### TASK TO CARRY OUT
Your answer must be the full set of records, repeated exactly.

Stored items:
======

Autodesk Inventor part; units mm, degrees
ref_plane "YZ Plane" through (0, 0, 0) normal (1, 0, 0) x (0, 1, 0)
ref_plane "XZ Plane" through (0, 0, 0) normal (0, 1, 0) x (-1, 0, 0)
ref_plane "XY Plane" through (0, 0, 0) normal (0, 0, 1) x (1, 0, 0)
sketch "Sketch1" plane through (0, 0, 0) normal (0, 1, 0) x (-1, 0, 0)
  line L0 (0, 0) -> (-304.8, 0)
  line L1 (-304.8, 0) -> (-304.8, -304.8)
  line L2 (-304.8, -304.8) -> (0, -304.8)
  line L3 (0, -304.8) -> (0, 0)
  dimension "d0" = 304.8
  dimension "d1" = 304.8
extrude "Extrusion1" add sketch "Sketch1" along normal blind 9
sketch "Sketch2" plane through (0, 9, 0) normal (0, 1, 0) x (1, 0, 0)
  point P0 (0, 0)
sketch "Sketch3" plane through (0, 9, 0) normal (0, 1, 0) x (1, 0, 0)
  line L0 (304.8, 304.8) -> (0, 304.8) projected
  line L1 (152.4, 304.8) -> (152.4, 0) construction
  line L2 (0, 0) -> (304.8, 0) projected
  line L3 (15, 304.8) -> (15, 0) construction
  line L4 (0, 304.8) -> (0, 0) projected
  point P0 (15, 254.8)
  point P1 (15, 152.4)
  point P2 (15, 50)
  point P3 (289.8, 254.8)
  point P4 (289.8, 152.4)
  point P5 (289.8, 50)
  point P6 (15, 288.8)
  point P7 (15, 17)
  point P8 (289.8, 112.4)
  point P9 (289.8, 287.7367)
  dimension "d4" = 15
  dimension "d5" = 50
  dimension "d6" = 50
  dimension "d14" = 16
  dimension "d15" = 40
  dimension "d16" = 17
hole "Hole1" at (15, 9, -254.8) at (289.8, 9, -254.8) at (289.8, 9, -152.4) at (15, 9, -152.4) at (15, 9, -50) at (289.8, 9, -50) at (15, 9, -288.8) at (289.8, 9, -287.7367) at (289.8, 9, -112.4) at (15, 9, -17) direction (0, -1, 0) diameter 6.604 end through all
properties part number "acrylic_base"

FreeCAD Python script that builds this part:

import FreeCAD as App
import Part
import Sketcher
from FreeCAD import Vector
Q = App.Units.Quantity

doc = App.newDocument("Part")
body = doc.addObject("PartDesign::Body", "Body")

# Sketch on XZ plane
sketch1 = body.newObject("Sketcher::SketchObject", "Sketch")
sketch1.AttachmentSupport = (doc.getObject("XZ_Plane"), [""])
sketch1.MapMode = "FlatFace"
sketch1.addGeometry([
    Part.LineSegment(Vector(0, -304.8, 0), Vector(0, 0, 0)),
    Part.LineSegment(Vector(0, 0, 0), Vector(304.8, 0, 0)),
    Part.LineSegment(Vector(304.8, 0, 0), Vector(304.8, -304.8, 0)),
    Part.LineSegment(Vector(304.8, -304.8, 0), Vector(0, -304.8, 0)),
], False)
sketch1.addConstraint([
    Sketcher.Constraint("Coincident", 0, 2, 1, 1),
    Sketcher.Constraint("Coincident", 1, 2, 2, 1),
    Sketcher.Constraint("Coincident", 2, 2, 3, 1),
    Sketcher.Constraint("Coincident", 3, 2, 0, 1),
    Sketcher.Constraint("Vertical", 0),
    Sketcher.Constraint("Horizontal", 1),
    Sketcher.Constraint("Vertical", 2),
    Sketcher.Constraint("Horizontal", 3),
    Sketcher.Constraint("Coincident", 0, 2, -1, 1),
    Sketcher.Constraint("Equal", 3, 0),
    Sketcher.Constraint("DistanceX", 1, 1, 1, 2, Q("12 in")),
])
pad1 = body.newObject("PartDesign::Pad", "Pad")
pad1.Profile = sketch1
pad1.Length = 9
pad1.Reversed = True

# Sketch on XZ plane
sketch2 = body.newObject("Sketcher::SketchObject", "Sketch001")
sketch2.AttachmentSupport = (doc.getObject("XZ_Plane"), [""])
sketch2.MapMode = "FlatFace"
sketch2.AttachmentOffset = App.Placement(Vector(0, 0, -9), App.Rotation())
sketch2.addGeometry([
    Part.Circle(Vector(15, -254.8, 0), Vector(0, 0, 1), 3.302),  # 0
    Part.Circle(Vector(289.8, -254.8, 0), Vector(0, 0, 1), 3.302),  # 1
    Part.Circle(Vector(289.8, -152.4, 0), Vector(0, 0, 1), 3.302),  # 2
    Part.Circle(Vector(15, -152.4, 0), Vector(0, 0, 1), 3.302),  # 3
    Part.Circle(Vector(15, -50, 0), Vector(0, 0, 1), 3.302),  # 4
    Part.Circle(Vector(289.8, -50, 0), Vector(0, 0, 1), 3.302),  # 5
    Part.Circle(Vector(15, -288.8, 0), Vector(0, 0, 1), 3.302),  # 6
    Part.Circle(Vector(289.8, -287.7367, 0), Vector(0, 0, 1), 3.302),  # 7
    Part.Circle(Vector(289.8, -112.4, 0), Vector(0, 0, 1), 3.302),  # 8
    Part.Circle(Vector(15, -17, 0), Vector(0, 0, 1), 3.302),  # 9
], False)
sketch2.addConstraint([
    Sketcher.Constraint("Equal", 0, 1),
    Sketcher.Constraint("Equal", 1, 2),
    Sketcher.Constraint("Equal", 2, 3),
    Sketcher.Constraint("Equal", 3, 4),
    Sketcher.Constraint("Equal", 4, 5),
    Sketcher.Constraint("Equal", 5, 6),
    Sketcher.Constraint("Equal", 6, 7),
    Sketcher.Constraint("Equal", 7, 8),
    Sketcher.Constraint("Equal", 8, 9),
    Sketcher.Constraint("Horizontal", 0, 3, 1, 3),
    Sketcher.Constraint("Horizontal", 2, 3, 3, 3),
    Sketcher.Constraint("Horizontal", 4, 3, 5, 3),
    Sketcher.Constraint("Vertical", 1, 3, 2, 3),
    Sketcher.Constraint("Vertical", 0, 3, 3, 3),
    Sketcher.Constraint("Vertical", 3, 3, 4, 3),
    Sketcher.Constraint("Vertical", 2, 3, 5, 3),
    Sketcher.Constraint("Vertical", 4, 3, 6, 3),
    Sketcher.Constraint("Vertical", 5, 3, 7, 3),
    Sketcher.Constraint("Vertical", 7, 3, 8, 3),
    Sketcher.Constraint("Vertical", 6, 3, 9, 3),
    Sketcher.Constraint("Diameter", 0, Q("0.26 in")),
    Sketcher.Constraint("DistanceY", 2, 3, -1, 1, Q("6 in")),
    Sketcher.Constraint("DistanceY", 0, 3, 4, 3, Q("8.063 in")),
    Sketcher.Constraint("DistanceY", 0, 3, -1, 1, Q("10.0315 in")),
    Sketcher.Constraint("DistanceY", 8, 3, -1, 1, Q("4.4252 in")),
    Sketcher.Constraint("DistanceY", 9, 3, -1, 1, Q("0.6693 in")),
    Sketcher.Constraint("DistanceX", 0, 3, 1, 3, Q("10.8189 in")),
    Sketcher.Constraint("DistanceX", -1, 1, 0, 3, Q("15 mm")),
    Sketcher.Constraint("DistanceY", 6, 3, -1, 1, Q("288.8 mm")),
    Sketcher.Constraint("DistanceY", 7, 3, -1, 1, Q("287.7367 mm")),
])
doc.recompute()
hole = body.newObject("PartDesign::Hole", "Hole")
hole.Profile = sketch2
hole.ThreadType = "None"
hole.Diameter = Q("0.26 in")
hole.DepthType = "ThroughAll"
hole.Reversed = True

doc.recompute()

======

### REPLY
Autodesk Inventor part; units mm, degrees
ref_plane "YZ Plane" through (0, 0, 0) normal (1, 0, 0) x (0, 1, 0)
ref_plane "XZ Plane" through (0, 0, 0) normal (0, 1, 0) x (-1, 0, 0)
ref_plane "XY Plane" through (0, 0, 0) normal (0, 0, 1) x (1, 0, 0)
sketch "Sketch1" plane through (0, 0, 0) normal (0, 1, 0) x (-1, 0, 0)
  line L0 (0, 0) -> (-304.8, 0)
  line L1 (-304.8, 0) -> (-304.8, -304.8)
  line L2 (-304.8, -304.8) -> (0, -304.8)
  line L3 (0, -304.8) -> (0, 0)
  dimension "d0" = 304.8
  dimension "d1" = 304.8
extrude "Extrusion1" add sketch "Sketch1" along normal blind 9
sketch "Sketch2" plane through (0, 9, 0) normal (0, 1, 0) x (1, 0, 0)
  point P0 (0, 0)
sketch "Sketch3" plane through (0, 9, 0) normal (0, 1, 0) x (1, 0, 0)
  line L0 (304.8, 304.8) -> (0, 304.8) projected
  line L1 (152.4, 304.8) -> (152.4, 0) construction
  line L2 (0, 0) -> (304.8, 0) projected
  line L3 (15, 304.8) -> (15, 0) construction
  line L4 (0, 304.8) -> (0, 0) projected
  point P0 (15, 254.8)
  point P1 (15, 152.4)
  point P2 (15, 50)
  point P3 (289.8, 254.8)
  point P4 (289.8, 152.4)
  point P5 (289.8, 50)
  point P6 (15, 288.8)
  point P7 (15, 17)
  point P8 (289.8, 112.4)
  point P9 (289.8, 287.7367)
  dimension "d4" = 15
  dimension "d5" = 50
  dimension "d6" = 50
  dimension "d14" = 16
  dimension "d15" = 40
  dimension "d16" = 17
hole "Hole1" at (15, 9, -254.8) at (289.8, 9, -254.8) at (289.8, 9, -152.4) at (15, 9, -152.4) at (15, 9, -50) at (289.8, 9, -50) at (15, 9, -288.8) at (289.8, 9, -287.7367) at (289.8, 9, -112.4) at (15, 9, -17) direction (0, -1, 0) diameter 6.604 end through all
properties part number "acrylic_base"

FreeCAD Python script that builds this part:

import FreeCAD as App
import Part
import Sketcher
from FreeCAD import Vector
Q = App.Units.Quantity

doc = App.newDocument("Part")
body = doc.addObject("PartDesign::Body", "Body")

# Sketch on XZ plane
sketch1 = body.newObject("Sketcher::SketchObject", "Sketch")
sketch1.AttachmentSupport = (doc.getObject("XZ_Plane"), [""])
sketch1.MapMode = "FlatFace"
sketch1.addGeometry([
    Part.LineSegment(Vector(0, -304.8, 0), Vector(0, 0, 0)),
    Part.LineSegment(Vector(0, 0, 0), Vector(304.8, 0, 0)),
    Part.LineSegment(Vector(304.8, 0, 0), Vector(304.8, -304.8, 0)),
    Part.LineSegment(Vector(304.8, -304.8, 0), Vector(0, -304.8, 0)),
], False)
sketch1.addConstraint([
    Sketcher.Constraint("Coincident", 0, 2, 1, 1),
    Sketcher.Constraint("Coincident", 1, 2, 2, 1),
    Sketcher.Constraint("Coincident", 2, 2, 3, 1),
    Sketcher.Constraint("Coincident", 3, 2, 0, 1),
    Sketcher.Constraint("Vertical", 0),
    Sketcher.Constraint("Horizontal", 1),
    Sketcher.Constraint("Vertical", 2),
    Sketcher.Constraint("Horizontal", 3),
    Sketcher.Constraint("Coincident", 0, 2, -1, 1),
    Sketcher.Constraint("Equal", 3, 0),
    Sketcher.Constraint("DistanceX", 1, 1, 1, 2, Q("12 in")),
])
pad1 = body.newObject("PartDesign::Pad", "Pad")
pad1.Profile = sketch1
pad1.Length = 9
pad1.Reversed = True

# Sketch on XZ plane
sketch2 = body.newObject("Sketcher::SketchObject", "Sketch001")
sketch2.AttachmentSupport = (doc.getObject("XZ_Plane"), [""])
sketch2.MapMode = "FlatFace"
sketch2.AttachmentOffset = App.Placement(Vector(0, 0, -9), App.Rotation())
sketch2.addGeometry([
    Part.Circle(Vector(15, -254.8, 0), Vector(0, 0, 1), 3.302),  # 0
    Part.Circle(Vector(289.8, -254.8, 0), Vector(0, 0, 1), 3.302),  # 1
    Part.Circle(Vector(289.8, -152.4, 0), Vector(0, 0, 1), 3.302),  # 2
    Part.Circle(Vector(15, -152.4, 0), Vector(0, 0, 1), 3.302),  # 3
    Part.Circle(Vector(15, -50, 0), Vector(0, 0, 1), 3.302),  # 4
    Part.Circle(Vector(289.8, -50, 0), Vector(0, 0, 1), 3.302),  # 5
    Part.Circle(Vector(15, -288.8, 0), Vector(0, 0, 1), 3.302),  # 6
    Part.Circle(Vector(289.8, -287.7367, 0), Vector(0, 0, 1), 3.302),  # 7
    Part.Circle(Vector(289.8, -112.4, 0), Vector(0, 0, 1), 3.302),  # 8
    Part.Circle(Vector(15, -17, 0), Vector(0, 0, 1), 3.302),  # 9
], False)
sketch2.addConstraint([
    Sketcher.Constraint("Equal", 0, 1),
    Sketcher.Constraint("Equal", 1, 2),
    Sketcher.Constraint("Equal", 2, 3),
    Sketcher.Constraint("Equal", 3, 4),
    Sketcher.Constraint("Equal", 4, 5),
    Sketcher.Constraint("Equal", 5, 6),
    Sketcher.Constraint("Equal", 6, 7),
    Sketcher.Constraint("Equal", 7, 8),
    Sketcher.Constraint("Equal", 8, 9),
    Sketcher.Constraint("Horizontal", 0, 3, 1, 3),
    Sketcher.Constraint("Horizontal", 2, 3, 3, 3),
    Sketcher.Constraint("Horizontal", 4, 3, 5, 3),
    Sketcher.Constraint("Vertical", 1, 3, 2, 3),
    Sketcher.Constraint("Vertical", 0, 3, 3, 3),
    Sketcher.Constraint("Vertical", 3, 3, 4, 3),
    Sketcher.Constraint("Vertical", 2, 3, 5, 3),
    Sketcher.Constraint("Vertical", 4, 3, 6, 3),
    Sketcher.Constraint("Vertical", 5, 3, 7, 3),
    Sketcher.Constraint("Vertical", 7, 3, 8, 3),
    Sketcher.Constraint("Vertical", 6, 3, 9, 3),
    Sketcher.Constraint("Diameter", 0, Q("0.26 in")),
    Sketcher.Constraint("DistanceY", 2, 3, -1, 1, Q("6 in")),
    Sketcher.Constraint("DistanceY", 0, 3, 4, 3, Q("8.063 in")),
    Sketcher.Constraint("DistanceY", 0, 3, -1, 1, Q("10.0315 in")),
    Sketcher.Constraint("DistanceY", 8, 3, -1, 1, Q("4.4252 in")),
    Sketcher.Constraint("DistanceY", 9, 3, -1, 1, Q("0.6693 in")),
    Sketcher.Constraint("DistanceX", 0, 3, 1, 3, Q("10.8189 in")),
    Sketcher.Constraint("DistanceX", -1, 1, 0, 3, Q("15 mm")),
    Sketcher.Constraint("DistanceY", 6, 3, -1, 1, Q("288.8 mm")),
    Sketcher.Constraint("DistanceY", 7, 3, -1, 1, Q("287.7367 mm")),
])
doc.recompute()
hole = body.newObject("PartDesign::Hole", "Hole")
hole.Profile = sketch2
hole.ThreadType = "None"
hole.Diameter = Q("0.26 in")
hole.DepthType = "ThroughAll"
hole.Reversed = True

doc.recompute()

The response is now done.